First Ever Study of Pension Impacts in Region
 
The findings come from a report issued today by the San Diego County Taxpayers Association (SDCTA). It analyzes 17 city governments in San Diego County that participate in the California Public Employee Retirement System (CalPERS). Future reports will analyze the City and County of San Diego, whose independently administered plans are not part of CalPERS.
 
“This is the first time any group in San Diego County has taken such a detailed look at the region’s municipal pensions. As near as we can tell, it is the first such comprehensive study in the state,” said SDCTA president and chief executive officer Lani Lutar.

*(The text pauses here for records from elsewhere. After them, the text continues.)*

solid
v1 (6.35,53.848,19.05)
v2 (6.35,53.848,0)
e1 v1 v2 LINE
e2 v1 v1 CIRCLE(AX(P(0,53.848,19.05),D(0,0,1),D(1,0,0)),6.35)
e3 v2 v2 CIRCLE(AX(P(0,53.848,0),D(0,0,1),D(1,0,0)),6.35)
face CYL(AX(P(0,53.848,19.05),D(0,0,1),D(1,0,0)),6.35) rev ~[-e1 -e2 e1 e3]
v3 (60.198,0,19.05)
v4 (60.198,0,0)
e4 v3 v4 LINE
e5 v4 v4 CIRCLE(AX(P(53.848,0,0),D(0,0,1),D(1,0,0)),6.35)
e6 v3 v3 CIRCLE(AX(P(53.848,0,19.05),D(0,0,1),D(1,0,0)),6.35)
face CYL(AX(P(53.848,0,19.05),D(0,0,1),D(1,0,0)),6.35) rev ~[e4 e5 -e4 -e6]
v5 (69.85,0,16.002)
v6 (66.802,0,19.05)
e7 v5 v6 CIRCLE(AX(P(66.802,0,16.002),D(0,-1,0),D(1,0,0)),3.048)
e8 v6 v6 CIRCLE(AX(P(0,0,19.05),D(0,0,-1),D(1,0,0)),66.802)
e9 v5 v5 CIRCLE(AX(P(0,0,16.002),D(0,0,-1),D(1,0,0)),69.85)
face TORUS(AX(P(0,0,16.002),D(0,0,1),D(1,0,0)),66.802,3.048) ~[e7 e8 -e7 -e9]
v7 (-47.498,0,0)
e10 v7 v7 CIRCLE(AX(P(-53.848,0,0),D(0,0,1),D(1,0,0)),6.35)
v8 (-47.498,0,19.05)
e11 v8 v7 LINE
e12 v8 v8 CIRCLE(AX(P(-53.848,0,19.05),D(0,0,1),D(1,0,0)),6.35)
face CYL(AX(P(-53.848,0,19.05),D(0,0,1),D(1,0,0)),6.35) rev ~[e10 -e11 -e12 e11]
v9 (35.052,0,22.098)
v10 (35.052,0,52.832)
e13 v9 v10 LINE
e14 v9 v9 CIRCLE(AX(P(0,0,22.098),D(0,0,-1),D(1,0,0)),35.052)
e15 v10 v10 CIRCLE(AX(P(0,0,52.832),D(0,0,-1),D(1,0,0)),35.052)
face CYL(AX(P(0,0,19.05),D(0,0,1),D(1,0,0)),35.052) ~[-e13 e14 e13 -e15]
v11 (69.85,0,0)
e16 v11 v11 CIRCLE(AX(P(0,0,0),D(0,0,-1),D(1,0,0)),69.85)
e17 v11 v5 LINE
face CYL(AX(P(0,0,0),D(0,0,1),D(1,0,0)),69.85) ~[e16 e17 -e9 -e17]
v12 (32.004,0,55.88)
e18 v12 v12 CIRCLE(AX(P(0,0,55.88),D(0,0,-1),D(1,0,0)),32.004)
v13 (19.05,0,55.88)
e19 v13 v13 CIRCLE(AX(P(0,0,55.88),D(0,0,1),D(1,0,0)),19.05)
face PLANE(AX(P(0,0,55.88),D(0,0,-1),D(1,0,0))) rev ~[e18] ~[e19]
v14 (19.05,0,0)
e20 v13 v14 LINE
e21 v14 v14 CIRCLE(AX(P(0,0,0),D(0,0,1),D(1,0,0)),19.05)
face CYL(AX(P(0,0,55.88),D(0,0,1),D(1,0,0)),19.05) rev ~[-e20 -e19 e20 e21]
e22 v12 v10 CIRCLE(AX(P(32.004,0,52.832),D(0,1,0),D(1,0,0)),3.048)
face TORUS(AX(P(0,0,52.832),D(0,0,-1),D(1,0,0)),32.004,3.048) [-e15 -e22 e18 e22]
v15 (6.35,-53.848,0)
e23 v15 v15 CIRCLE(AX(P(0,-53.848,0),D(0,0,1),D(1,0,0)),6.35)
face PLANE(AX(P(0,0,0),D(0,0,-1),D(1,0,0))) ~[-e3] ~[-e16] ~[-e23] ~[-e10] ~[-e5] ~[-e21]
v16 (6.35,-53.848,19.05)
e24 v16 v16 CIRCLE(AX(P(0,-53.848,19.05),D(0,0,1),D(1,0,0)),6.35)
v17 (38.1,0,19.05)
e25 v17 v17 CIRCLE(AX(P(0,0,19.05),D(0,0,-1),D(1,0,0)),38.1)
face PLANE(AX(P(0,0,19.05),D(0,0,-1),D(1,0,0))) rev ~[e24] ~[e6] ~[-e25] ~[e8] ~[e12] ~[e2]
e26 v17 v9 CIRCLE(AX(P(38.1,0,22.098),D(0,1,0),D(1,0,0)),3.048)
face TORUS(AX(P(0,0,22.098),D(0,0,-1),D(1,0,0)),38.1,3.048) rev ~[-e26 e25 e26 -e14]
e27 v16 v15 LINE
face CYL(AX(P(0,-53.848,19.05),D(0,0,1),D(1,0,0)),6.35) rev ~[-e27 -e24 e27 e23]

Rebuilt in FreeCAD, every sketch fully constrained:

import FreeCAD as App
import Part
import Sketcher
from FreeCAD import Vector
Q = App.Units.Quantity


def edges_at(feature, points):
    """Names of the edges that pass closest to the given points."""
    edges = feature.Shape.Edges
    near = lambda p: min(range(len(edges)), key=lambda i: edges[i].distToShape(Part.Vertex(*p))[0])
    return sorted({f"Edge{near(p) + 1}" for p in points})


def add_polygon(sketch, points):
    """Adds a closed chain of lines whose ends are joined by coincident constraints."""
    first, n = sketch.GeometryCount, len(points)
    for a, b in zip(points, points[1:] + points[:1]):
        sketch.addGeometry(Part.LineSegment(App.Vector(*a, 0), App.Vector(*b, 0)), False)
    for i in range(n):
        sketch.addConstraint(Sketcher.Constraint("Coincident", first + i, 2, first + (i + 1) % n, 1))

doc = App.newDocument("Part")
body = doc.addObject("PartDesign::Body", "Body")

sketch1 = body.newObject("Sketcher::SketchObject", "Sketch")
sketch1.AttachmentSupport = (doc.getObject("XZ_Plane"), [""])
sketch1.MapMode = "FlatFace"
add_polygon(sketch1, [(0, 55.88), (0, 0), (69.85, 0), (69.85, 19.05), (35.052, 19.05), (35.052, 55.88)])
sketch1.addConstraint([
    Sketcher.Constraint("Vertical", 0),
    Sketcher.Constraint("Horizontal", 1),
    Sketcher.Constraint("Vertical", 2),
    Sketcher.Constraint("Horizontal", 3),
    Sketcher.Constraint("Vertical", 4),
    Sketcher.Constraint("Horizontal", 5),
    Sketcher.Constraint("Coincident", 0, 2, -1, 1),
    Sketcher.Constraint("DistanceY", 0, 2, 0, 1, Q("2.2 in")),
    Sketcher.Constraint("DistanceX", 1, 1, 1, 2, Q("2.75 in")),
    Sketcher.Constraint("DistanceX", 3, 2, 3, 1, Q("1.37 in")),
    Sketcher.Constraint("DistanceY", 2, 1, 2, 2, Q("0.75 in")),
])
revolution = body.newObject("PartDesign::Revolution", "Revolution")
revolution.Profile = sketch1
revolution.ReferenceAxis = (sketch1, ["V_Axis"])
revolution.Angle = 360

sketch2 = body.newObject("Sketcher::SketchObject", "Sketch001")
sketch2.AttachmentSupport = (doc.getObject("XY_Plane"), [""])
sketch2.MapMode = "FlatFace"
sketch2.AttachmentOffset = App.Placement(Vector(0, 0, 2.2 * 25.4), App.Rotation())
sketch2.addGeometry(Part.Circle(Vector(0, 0, 0), Vector(0, 0, 1), 19.05), False)
sketch2.addConstraint([
    Sketcher.Constraint("Coincident", 0, 3, -1, 1),
    Sketcher.Constraint("Diameter", 0, Q("1.5 in")),
])
pocket1 = body.newObject("PartDesign::Pocket", "Pocket")
pocket1.Profile = sketch2
pocket1.Type = "ThroughAll"
doc.recompute()

fillet = body.newObject("PartDesign::Fillet", "Fillet")
fillet.Base = (pocket1, edges_at(pocket1, [(-35.052, 0, 55.88), (-69.85, 0, 19.05), (-35.052, 0, 19.05)]))
fillet.Radius = Q("0.12 in")

sketch3 = body.newObject("Sketcher::SketchObject", "Sketch002")
sketch3.AttachmentSupport = (doc.getObject("XY_Plane"), [""])
sketch3.MapMode = "FlatFace"
sketch3.AttachmentOffset = App.Placement(Vector(0, 0, 0.75 * 25.4), App.Rotation())
sketch3.addGeometry([
    Part.Circle(Vector(-53.848, 0, 0), Vector(0, 0, 1), 6.35),
    Part.Circle(Vector(0, 53.848, 0), Vector(0, 0, 1), 6.35),
    Part.Circle(Vector(53.848, 0, 0), Vector(0, 0, 1), 6.35),
    Part.Circle(Vector(0, -53.848, 0), Vector(0, 0, 1), 6.35),
], False)
sketch3.addConstraint([
    Sketcher.Constraint("Equal", 0, 1),
    Sketcher.Constraint("Equal", 1, 2),
    Sketcher.Constraint("Equal", 2, 3),
    Sketcher.Constraint("Symmetric", 0, 3, 2, 3, -1, 1),
    Sketcher.Constraint("Symmetric", 1, 3, 3, 3, -1, 1),
    Sketcher.Constraint("PointOnObject", 0, 3, -1),
    Sketcher.Constraint("PointOnObject", 1, 3, -2),
    Sketcher.Constraint("Diameter", 0, Q("0.5 in")),
    Sketcher.Constraint("DistanceX", 0, 3, -1, 1, Q("2.12 in")),
    Sketcher.Constraint("DistanceY", -1, 1, 1, 3, Q("2.12 in")),
])
pocket2 = body.newObject("PartDesign::Pocket", "Pocket001")
pocket2.Profile = sketch3
pocket2.Type = "ThroughAll"

doc.recompute()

                                                                 
Local governments are increasingly struggling with pension costs. Cities are required to make pension payments for current employees. They are also required to pay for “unfunded liabilities”

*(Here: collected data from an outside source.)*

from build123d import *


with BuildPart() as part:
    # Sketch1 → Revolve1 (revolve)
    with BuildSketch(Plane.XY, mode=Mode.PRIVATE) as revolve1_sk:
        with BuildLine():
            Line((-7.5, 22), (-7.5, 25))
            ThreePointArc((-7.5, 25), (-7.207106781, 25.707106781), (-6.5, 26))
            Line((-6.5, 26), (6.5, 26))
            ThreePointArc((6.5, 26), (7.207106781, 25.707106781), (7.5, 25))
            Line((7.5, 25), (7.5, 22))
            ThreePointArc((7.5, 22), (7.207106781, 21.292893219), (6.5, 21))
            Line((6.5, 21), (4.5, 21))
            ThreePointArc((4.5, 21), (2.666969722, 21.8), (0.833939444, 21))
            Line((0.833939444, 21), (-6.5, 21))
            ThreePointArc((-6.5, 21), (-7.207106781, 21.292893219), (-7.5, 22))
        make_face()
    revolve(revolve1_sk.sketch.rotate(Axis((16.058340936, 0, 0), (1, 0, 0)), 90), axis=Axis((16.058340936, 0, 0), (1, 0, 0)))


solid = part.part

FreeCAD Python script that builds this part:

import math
import FreeCAD as App
import Part
import Sketcher
from FreeCAD import Vector

doc = App.newDocument("Part")
body = doc.addObject("PartDesign::Body", "Body")

sketch1 = body.newObject("Sketcher::SketchObject", "Sketch")
sketch1.AttachmentSupport = (doc.getObject("XY_Plane"), [""])
sketch1.MapMode = "FlatFace"
sketch1.addGeometry([
    Part.LineSegment(Vector(-7.5, 25, 0), Vector(-7.5, 22, 0)),
    Part.ArcOfCircle(Part.Circle(Vector(-6.5, 22, 0), Vector(0, 0, 1), 1), math.radians(-180), math.radians(-90)),
    Part.LineSegment(Vector(-6.5, 21, 0), Vector(0.833939, 21, 0)),
    Part.ArcOfCircle(Part.Circle(Vector(2.66697, 19.3, 0), Vector(0, 0, 1), 2.5), math.radians(42.843643), math.radians(137.156357)),
    Part.LineSegment(Vector(4.5, 21, 0), Vector(6.5, 21, 0)),
    Part.ArcOfCircle(Part.Circle(Vector(6.5, 22, 0), Vector(0, 0, 1), 1), math.radians(-90), math.radians(0)),
    Part.LineSegment(Vector(7.5, 22, 0), Vector(7.5, 25, 0)),
    Part.ArcOfCircle(Part.Circle(Vector(6.5, 25, 0), Vector(0, 0, 1), 1), math.radians(0), math.radians(90)),
    Part.LineSegment(Vector(6.5, 26, 0), Vector(-6.5, 26, 0)),
    Part.ArcOfCircle(Part.Circle(Vector(-6.5, 25, 0), Vector(0, 0, 1), 1), math.radians(90), math.radians(180)),
], False)
sketch1.addConstraint([
    Sketcher.Constraint("Tangent", 0, 2, 1, 1),
    Sketcher.Constraint("Tangent", 1, 2, 2, 1),
    Sketcher.Constraint("Coincident", 2, 2, 3, 2),
    Sketcher.Constraint("Coincident", 3, 1, 4, 1),
    Sketcher.Constraint("Tangent", 4, 2, 5, 1),
    Sketcher.Constraint("Tangent", 5, 2, 6, 1),
    Sketcher.Constraint("Tangent", 6, 2, 7, 1),
    Sketcher.Constraint("Tangent", 7, 2, 8, 1),
    Sketcher.Constraint("Tangent", 8, 2, 9, 1),
    Sketcher.Constraint("Tangent", 9, 2, 0, 1),
    Sketcher.Constraint("Vertical", 0),
    Sketcher.Constraint("Horizontal", 2),
    Sketcher.Constraint("Horizontal", 4),
    Sketcher.Constraint("Vertical", 6),
    Sketcher.Constraint("Horizontal", 8),
    Sketcher.Constraint("Equal", 1, 5),
    Sketcher.Constraint("Equal", 5, 7),
    Sketcher.Constraint("Equal", 7, 9),
    Sketcher.Constraint("Symmetric", 1, 3, 5, 3, -2),
    Sketcher.Constraint("Radius", 1, 1.0),
    Sketcher.Constraint("Radius", 3, 2.5),
    Sketcher.Constraint("DistanceX", 4, 1, 4, 2, 2.0),
    Sketcher.Constraint("DistanceX", 8, 2, 8, 1, 13.0),
    Sketcher.Constraint("DistanceY", 0, 2, 0, 1, 3.0),
    Sketcher.Constraint("DistanceY", -1, 1, 1, 3, 22.0),
    Sketcher.Constraint("DistanceY", -1, 1, 3, 3, 19.3),
])
revolution = body.newObject("PartDesign::Revolution", "Revolution")
revolution.Profile = sketch1
revolution.ReferenceAxis = (sketch1, ["H_Axis"])
revolution.Angle = 360

doc.recompute()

 to make up for shortfalls in their pension funds.
 
Pension costs have become a growing concern as they consume a larger share of city budgets and are more difficult for cities to fund in an era of declining revenues.
 
“City pension costs are skyrocketing as the chickens come home to roost,” Lutar said. “Pension costs are drowning our cities in debt and taking money away from vital services because of short-sighted decisions of past politicians. If cities do not trim back these pension benefits we are likely to see further cuts to services, depletion of reserves and a push for higher taxes,” Lutar said.
 
Variety of Pension Plans and Wide Range of Taxpayer Costs
 
In 11 cities, taxpayers pay the total pension bill for their public safety employees. In five cities, non-safety employees contribute nothing toward their pensions. In only three cities– Del Mar, La Mesa, and Vista – non-safety employees pay their full share of pension costs.
 
“There can be no definition of a ‘fair’ pension plan that makes taxpayers pay the entire cost with employees contributing nothing. That doesn’t happen with Social Security or with private pensions, and it shouldn’t happen for city employees either,” Lutar said.
 
CalPERS offers a variety of pension plans for cities to select from with costs related to the generosity of the chosen plan. No city uses the least expensive formula. 
 
As one typical example, the report shows that a city administrator with 30 years of service earning $75,000 at the peak of her career would receive an annual pension of $72,900 plus yearly cost of living increases. An equivalent benefit for an employee in the private sector retiring at age 60 would require an individual to have an IRA, 401k or other pension account worth more than $1.8 million.
 
“We don’t oppose the idea of pensions for city employees, but it’s not fair to make taxpayers fund pensions that are so generous that they are putting cities at the brink of insolvency,” Lutar said. “The City of Vallejo, north of San Francisco, has been forced into bankruptcy by their labor costs. The same could happen here if cities don’t get their benefit costs under control,” Lutar added.
 
SDCTA Recommendations to Reform Pensions
 
SDCTA has been involved in pension reform for years. On June 19th, SDCTA’s board of directors approved pension reform recommendations specific to CalPERS.
 
 “It is imperative that local governments take steps to address unsustainable pension costs now to avoid financial ruin and to maintain good financial health,” Lutar added.
 
SDCTA’s report recommends the following reforms:
 
-Cities should require employees to pay a normal share of pension costs as soon as possible. 
 
-Retirement benefit formulas should be reduced for new hires.
 
-Pensions should be calculated based on an average of the highest paid 36 months of salary, not the highest paid 12 months to ensure the most conservative pension payout.
 
The entire report and the compiled data can be viewed online or downloaded at
www.sdcta.org.
 
San Diego County Taxpayers Association is a non-profit, non-partisan organization dedicated to promoting accountable, cost-effective and efficient government and opposing unnecessary taxes and fees.